I checked the Yamaha’s manual for a possible setting issue, but nothing jumped out at me. Can’t find anything on Denon’s site for the DVD player. I’d say make sure all you connections are correct (the Yamaha has eight inputs, not the usual six), and check the Denon’s menu for a subwoofer enable setting for multi-channel audio. I noticed another Denon player had such a setting.

Regards,
Wayne


----------



## aceinc (Oct 24, 2006)

The Denon does have a setting for Sub, and it wasn't set, but turning it on had no beneficial effect. I rummaged through the both manuals as well as trashed about in all of the settings and found nothing useful.

If the manual and the labels on the back of the units are correct, I have everything plugged in correctly, I checked it three times. I guess I'll try another RCA patch cable in the very unlikely event that the cable is bad.
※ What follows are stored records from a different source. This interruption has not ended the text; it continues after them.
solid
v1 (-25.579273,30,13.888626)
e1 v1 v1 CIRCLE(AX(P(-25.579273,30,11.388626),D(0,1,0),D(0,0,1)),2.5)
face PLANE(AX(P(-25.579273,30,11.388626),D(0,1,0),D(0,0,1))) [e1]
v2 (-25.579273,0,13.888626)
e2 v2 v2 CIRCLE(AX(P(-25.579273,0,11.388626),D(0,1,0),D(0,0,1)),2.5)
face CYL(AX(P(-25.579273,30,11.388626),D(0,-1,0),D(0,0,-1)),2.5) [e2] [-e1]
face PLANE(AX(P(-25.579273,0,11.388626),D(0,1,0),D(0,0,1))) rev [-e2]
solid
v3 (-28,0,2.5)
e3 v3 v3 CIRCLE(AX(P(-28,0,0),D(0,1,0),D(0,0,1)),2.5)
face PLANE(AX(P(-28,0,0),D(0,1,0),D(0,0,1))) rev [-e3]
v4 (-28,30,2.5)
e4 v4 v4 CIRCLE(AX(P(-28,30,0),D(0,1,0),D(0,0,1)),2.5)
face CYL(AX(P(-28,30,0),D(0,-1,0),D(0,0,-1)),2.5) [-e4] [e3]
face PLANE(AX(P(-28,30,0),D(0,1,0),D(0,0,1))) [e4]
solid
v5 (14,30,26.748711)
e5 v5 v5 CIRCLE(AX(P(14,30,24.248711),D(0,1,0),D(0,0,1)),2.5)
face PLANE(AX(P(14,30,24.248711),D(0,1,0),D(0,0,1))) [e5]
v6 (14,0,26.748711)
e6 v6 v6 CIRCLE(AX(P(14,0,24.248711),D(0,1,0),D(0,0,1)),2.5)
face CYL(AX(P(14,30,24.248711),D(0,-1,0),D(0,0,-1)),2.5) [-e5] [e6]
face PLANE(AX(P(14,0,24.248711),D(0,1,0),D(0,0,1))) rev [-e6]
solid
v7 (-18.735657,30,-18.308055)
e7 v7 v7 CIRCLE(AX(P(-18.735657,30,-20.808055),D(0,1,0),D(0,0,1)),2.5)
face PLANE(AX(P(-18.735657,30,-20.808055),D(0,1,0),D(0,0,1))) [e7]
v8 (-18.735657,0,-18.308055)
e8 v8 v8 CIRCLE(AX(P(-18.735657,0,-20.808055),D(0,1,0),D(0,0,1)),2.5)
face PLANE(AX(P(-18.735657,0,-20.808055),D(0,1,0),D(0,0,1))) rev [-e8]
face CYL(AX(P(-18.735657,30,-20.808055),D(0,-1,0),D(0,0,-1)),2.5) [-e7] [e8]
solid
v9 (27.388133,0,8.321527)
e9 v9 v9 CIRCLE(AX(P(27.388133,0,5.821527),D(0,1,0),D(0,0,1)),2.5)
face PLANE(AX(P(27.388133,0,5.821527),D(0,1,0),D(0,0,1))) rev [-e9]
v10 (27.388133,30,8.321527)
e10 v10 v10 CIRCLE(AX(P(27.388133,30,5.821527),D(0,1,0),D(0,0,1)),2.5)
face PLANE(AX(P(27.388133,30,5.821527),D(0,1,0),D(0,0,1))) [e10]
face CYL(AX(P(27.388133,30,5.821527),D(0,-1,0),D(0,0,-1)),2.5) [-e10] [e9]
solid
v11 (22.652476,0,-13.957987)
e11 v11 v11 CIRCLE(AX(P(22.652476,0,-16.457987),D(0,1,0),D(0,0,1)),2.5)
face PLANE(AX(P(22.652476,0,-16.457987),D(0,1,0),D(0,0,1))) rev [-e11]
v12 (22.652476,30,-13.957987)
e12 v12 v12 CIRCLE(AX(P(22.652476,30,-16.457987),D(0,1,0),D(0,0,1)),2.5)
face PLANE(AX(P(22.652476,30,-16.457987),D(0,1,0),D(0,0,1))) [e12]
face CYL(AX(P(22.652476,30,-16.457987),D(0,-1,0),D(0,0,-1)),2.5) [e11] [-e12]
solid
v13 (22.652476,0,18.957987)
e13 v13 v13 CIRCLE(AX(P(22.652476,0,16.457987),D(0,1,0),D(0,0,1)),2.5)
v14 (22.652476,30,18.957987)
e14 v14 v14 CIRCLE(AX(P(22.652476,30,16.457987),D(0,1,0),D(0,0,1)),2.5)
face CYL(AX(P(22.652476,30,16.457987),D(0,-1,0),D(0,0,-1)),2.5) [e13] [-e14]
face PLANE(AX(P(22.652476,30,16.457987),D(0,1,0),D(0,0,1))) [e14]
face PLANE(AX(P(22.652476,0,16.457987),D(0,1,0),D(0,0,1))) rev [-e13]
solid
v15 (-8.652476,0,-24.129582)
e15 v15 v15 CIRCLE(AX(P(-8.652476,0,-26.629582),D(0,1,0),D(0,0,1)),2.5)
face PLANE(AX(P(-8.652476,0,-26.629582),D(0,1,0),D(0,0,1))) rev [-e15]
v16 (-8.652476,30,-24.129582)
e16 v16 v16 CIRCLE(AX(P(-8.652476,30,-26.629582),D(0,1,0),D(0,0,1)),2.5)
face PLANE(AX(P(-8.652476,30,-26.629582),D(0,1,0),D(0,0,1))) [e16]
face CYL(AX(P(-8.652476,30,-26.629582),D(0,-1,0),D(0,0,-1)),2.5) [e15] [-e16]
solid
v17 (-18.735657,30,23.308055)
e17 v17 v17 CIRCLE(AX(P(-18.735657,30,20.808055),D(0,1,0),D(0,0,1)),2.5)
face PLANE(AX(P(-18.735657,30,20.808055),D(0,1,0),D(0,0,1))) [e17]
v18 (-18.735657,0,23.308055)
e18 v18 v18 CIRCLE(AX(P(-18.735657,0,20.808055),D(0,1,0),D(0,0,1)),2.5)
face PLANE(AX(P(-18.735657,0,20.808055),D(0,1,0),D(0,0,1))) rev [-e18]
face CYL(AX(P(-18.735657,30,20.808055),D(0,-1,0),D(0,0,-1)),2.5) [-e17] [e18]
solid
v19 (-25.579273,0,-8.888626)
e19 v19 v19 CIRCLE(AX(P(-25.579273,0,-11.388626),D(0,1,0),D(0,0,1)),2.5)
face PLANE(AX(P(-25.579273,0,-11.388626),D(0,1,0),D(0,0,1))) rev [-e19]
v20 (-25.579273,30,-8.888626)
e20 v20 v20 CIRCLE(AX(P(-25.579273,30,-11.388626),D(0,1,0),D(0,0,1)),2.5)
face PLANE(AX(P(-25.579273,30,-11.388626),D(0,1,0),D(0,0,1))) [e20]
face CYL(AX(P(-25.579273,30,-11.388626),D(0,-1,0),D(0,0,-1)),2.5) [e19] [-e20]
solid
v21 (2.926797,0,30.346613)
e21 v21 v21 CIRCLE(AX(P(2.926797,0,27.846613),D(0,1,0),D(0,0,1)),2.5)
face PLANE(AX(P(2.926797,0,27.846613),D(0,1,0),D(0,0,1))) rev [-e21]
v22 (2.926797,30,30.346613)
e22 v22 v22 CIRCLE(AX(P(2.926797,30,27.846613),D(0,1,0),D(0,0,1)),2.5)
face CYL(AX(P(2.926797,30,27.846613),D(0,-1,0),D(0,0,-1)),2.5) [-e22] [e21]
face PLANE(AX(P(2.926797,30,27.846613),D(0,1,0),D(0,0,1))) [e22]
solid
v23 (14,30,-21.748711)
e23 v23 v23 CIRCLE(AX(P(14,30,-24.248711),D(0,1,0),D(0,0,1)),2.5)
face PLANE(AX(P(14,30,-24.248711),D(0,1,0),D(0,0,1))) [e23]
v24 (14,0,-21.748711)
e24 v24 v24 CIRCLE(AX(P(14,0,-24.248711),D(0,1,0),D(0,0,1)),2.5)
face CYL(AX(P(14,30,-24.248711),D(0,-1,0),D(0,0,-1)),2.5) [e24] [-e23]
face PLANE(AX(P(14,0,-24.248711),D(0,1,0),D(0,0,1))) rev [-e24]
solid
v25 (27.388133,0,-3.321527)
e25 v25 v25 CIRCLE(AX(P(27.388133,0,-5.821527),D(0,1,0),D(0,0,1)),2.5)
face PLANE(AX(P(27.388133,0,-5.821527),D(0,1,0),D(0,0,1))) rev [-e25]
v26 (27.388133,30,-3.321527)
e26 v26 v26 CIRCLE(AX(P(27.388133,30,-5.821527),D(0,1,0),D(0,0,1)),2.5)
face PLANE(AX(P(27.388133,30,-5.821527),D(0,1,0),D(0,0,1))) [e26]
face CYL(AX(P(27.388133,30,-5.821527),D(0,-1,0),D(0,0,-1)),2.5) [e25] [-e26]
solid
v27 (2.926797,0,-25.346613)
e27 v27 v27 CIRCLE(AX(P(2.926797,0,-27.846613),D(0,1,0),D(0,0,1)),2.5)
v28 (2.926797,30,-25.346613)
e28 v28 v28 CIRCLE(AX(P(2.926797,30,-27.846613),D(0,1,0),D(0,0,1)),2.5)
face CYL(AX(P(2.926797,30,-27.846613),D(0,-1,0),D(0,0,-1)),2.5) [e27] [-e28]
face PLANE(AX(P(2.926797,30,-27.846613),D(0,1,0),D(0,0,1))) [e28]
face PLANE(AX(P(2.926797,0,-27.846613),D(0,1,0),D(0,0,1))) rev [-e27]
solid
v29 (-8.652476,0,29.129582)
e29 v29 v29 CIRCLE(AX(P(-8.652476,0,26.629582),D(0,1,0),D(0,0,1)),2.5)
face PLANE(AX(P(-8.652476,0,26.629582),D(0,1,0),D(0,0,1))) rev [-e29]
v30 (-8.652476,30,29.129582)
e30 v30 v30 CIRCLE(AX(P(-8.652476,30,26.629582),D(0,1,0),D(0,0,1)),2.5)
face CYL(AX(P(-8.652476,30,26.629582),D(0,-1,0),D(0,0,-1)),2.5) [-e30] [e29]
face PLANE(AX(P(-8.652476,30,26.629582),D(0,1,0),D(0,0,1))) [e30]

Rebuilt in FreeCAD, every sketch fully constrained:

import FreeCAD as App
import Part
import Sketcher

V = App.Vector
Q = App.Units.Quantity

doc = App.newDocument("Part")
params = doc.addObject("Spreadsheet::Sheet", "Params")
for row, (alias, value) in enumerate([
    ("sketch1_diameter", "5 mm"),
    ("pad1_length", "30 mm"),
    ("sketch2_diameter", "5 mm"),
    ("pad2_length", "30 mm"),
    ("sketch3_diameter", "5 mm"),
    ("pad3_length", "30 mm"),
    ("sketch4_diameter", "5 mm"),
    ("pad4_length", "30 mm"),
    ("sketch5_diameter", "5 mm"),
    ("pad5_length", "30 mm"),
    ("sketch6_diameter", "5 mm"),
    ("pad6_length", "30 mm"),
    ("sketch7_diameter", "5 mm"),
    ("pad7_length", "30 mm"),
    ("sketch8_diameter", "5 mm"),
    ("pad8_length", "30 mm"),
    ("sketch9_diameter", "5 mm"),
    ("pad9_length", "30 mm"),
    ("sketch10_diameter", "5 mm"),
    ("pad10_length", "30 mm"),
    ("sketch11_diameter", "5 mm"),
    ("pad11_length", "30 mm"),
    ("sketch12_diameter", "5 mm"),
    ("pad12_length", "30 mm"),
    ("sketch13_diameter", "5 mm"),
    ("pad13_length", "30 mm"),
    ("sketch14_diameter", "5 mm"),
    ("pad14_length", "30 mm"),
    ("sketch15_diameter", "5 mm"),
    ("pad15_length", "30 mm"),
], start=1):
    params.set(f"A{row}", alias)
    params.set(f"B{row}", "=" + value)
    params.setAlias(f"B{row}", alias)

body = doc.addObject("PartDesign::Body", "Body")

# Sketch on XZ plane
sketch1 = body.newObject("Sketcher::SketchObject", "Sketch")
sketch1.AttachmentSupport = (doc.getObject("XZ_Plane"), [""])
sketch1.MapMode = "FlatFace"
sketch1.addGeometry(Part.Circle(V(27.4, -5.8, 0), V(0, 0, 1), 2.5), False)
sketch1.addConstraint(Sketcher.Constraint("Diameter", 0, Q("5 mm")))
sketch1.addConstraint(Sketcher.Constraint("DistanceX", -1, 1, 0, 3, Q("27.388133 mm")))
sketch1.addConstraint(Sketcher.Constraint("DistanceY", 0, 3, -1, 1, Q("5.821527 mm")))
sketch1.setExpression("Constraints[0]", "Params.sketch1_diameter")
pad1 = body.newObject("PartDesign::Pad", "Pad")
pad1.Profile = sketch1
pad1.setExpression("Length", "Params.pad1_length")
pad1.Reversed = True
body2 = doc.addObject("PartDesign::Body", "Body001")

# Sketch on XZ plane
sketch2 = body2.newObject("Sketcher::SketchObject", "Sketch001")
sketch2.AttachmentSupport = (doc.getObject("XZ_Plane001"), [""])
sketch2.MapMode = "FlatFace"
sketch2.addGeometry(Part.Circle(V(27.4, 5.8, 0), V(0, 0, 1), 2.5), False)
sketch2.addConstraint(Sketcher.Constraint("Diameter", 0, Q("5 mm")))
sketch2.addConstraint(Sketcher.Constraint("DistanceX", -1, 1, 0, 3, Q("27.388133 mm")))
sketch2.addConstraint(Sketcher.Constraint("DistanceY", -1, 1, 0, 3, Q("5.821527 mm")))
sketch2.setExpression("Constraints[0]", "Params.sketch2_diameter")
pad2 = body2.newObject("PartDesign::Pad", "Pad001")
pad2.Profile = sketch2
pad2.setExpression("Length", "Params.pad2_length")
pad2.Reversed = True
body3 = doc.addObject("PartDesign::Body", "Body002")

# Sketch on XZ plane
sketch3 = body3.newObject("Sketcher::SketchObject", "Sketch002")
sketch3.AttachmentSupport = (doc.getObject("XZ_Plane002"), [""])
sketch3.MapMode = "FlatFace"
sketch3.addGeometry(Part.Circle(V(22.7, 16.5, 0), V(0, 0, 1), 2.5), False)
sketch3.addConstraint(Sketcher.Constraint("Diameter", 0, Q("5 mm")))
sketch3.addConstraint(Sketcher.Constraint("DistanceX", -1, 1, 0, 3, Q("22.652476 mm")))
sketch3.addConstraint(Sketcher.Constraint("DistanceY", -1, 1, 0, 3, Q("16.457987 mm")))
sketch3.setExpression("Constraints[0]", "Params.sketch3_diameter")
pad3 = body3.newObject("PartDesign::Pad", "Pad002")
pad3.Profile = sketch3
pad3.setExpression("Length", "Params.pad3_length")
pad3.Reversed = True
body4 = doc.addObject("PartDesign::Body", "Body003")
It sure would be nice if they just sent the signal out the optical/coax cable. Even if the the SACD digital signal is a different format than DVD, how difficult is it to convert it? They have to convert it to analog anyway, just grab the signal just before feeding it to each channel's D to A converter and feed it to a processor that converts inbound analog (right after the A to D converter) to whatever the standard is for digital receivers. I guess that would take an engineer a few hours, and another $1.50 in components.

Thanks for you response.


----------



## Wayne A. Pflughaupt (Apr 13, 2006)

If I recall, the creators of the format opted for analog out of piracy and/or file sharing concerns. Still, there’s o reason why they couldn’t have used a single multi-channel connector/cable (same goes for component video). Having six (or three) separate cables is stupid, stupid, stupid.

Regards,
Wayne


----------



## khellandros66 (Jun 7, 2006)

Keep in mind not all discks use or have use of 5.1 channels, I have three discs and one has no LFE out, so its up to bass management, and the other disc has no center channel encoded...

I do find it fubar that you have no LFE at all.

Make sure you set the Yamaha to LFE SWR or BOTH

~Bob


----------



## Hakka (Sep 10, 2006)

LFE on SACD can be at a very low level. I have a Denon 3803 and it has the option to apply a 5db, 10db or 15db boost to the ext in subwoofer input, I have mine set on +15db to get a good balance. Ideally the signal should be boosted in the receiver but if the yamaha doesn't have an option for that you should have a +10db option in the Denon DVD player (my DVD-2200 has it, under muti ch setup I think). Try disconnecting you speakers and just leave the sub connected, play a SACD and crank the volume, I think you'll find the signal is there its just weaker than the other channels.

If you do boost the bass for SACD be careful when playing a DVD audio, as the bass levels are considerably higher.

Harry.


----------



## aceinc (Oct 24, 2006)

Even though it's embarrassing, I must admit that I did make a mistake in wiring. When I went to replace the center/sub RCA patch cord, I noticed that I had plugged the sub line into a jack just to the right of where it was supposed to go.:duh: I'm going with the excuse that the receiver is on a sliding shelf, and with everything attached I can't get to the back well.

Regarding the MFR's:devil: not using the digital output, there is very little excuse. If the source material has less than the full 6 channels, they can do whatever they do when a DVD has less channels or if you play a standard CD. As far as piracy, how much data am I going to lose if I use an A to D converter on the analog outputs and redigitize the sound? By taking the analog and redigitizing it, you would effectively wipe out all anti-piracy code as well.

It least I figured out my silliness...

Paul


----------



## Wayne A. Pflughaupt (Apr 13, 2006)

All’s well that ends well. :T 



> As far as piracy, how much data am I going to lose if I use an A to D converter on the analog outputs and redigitize the sound? By taking the analog and redigitizing it, you would effectively wipe out all anti-piracy code as well.


As well as the multi-channel formatting. Which was the whole point of doing it the way they did, unless you know of a way to convert the six-channel analog audio back into a multi-channel digital signal. :huh: I other words, all you can pirate is the disc's two-channel audio.

Regards,
Wayne


----------



## aceinc (Oct 24, 2006)

Wayne:

Would this work?

http://www.floridamusicco.com/proddetail~prod~fa66.htm

Paul


----------



## Wayne A. Pflughaupt (Apr 13, 2006)

Doesn’t look like it, from what I see on that page. 

Regards,
Wayne


----------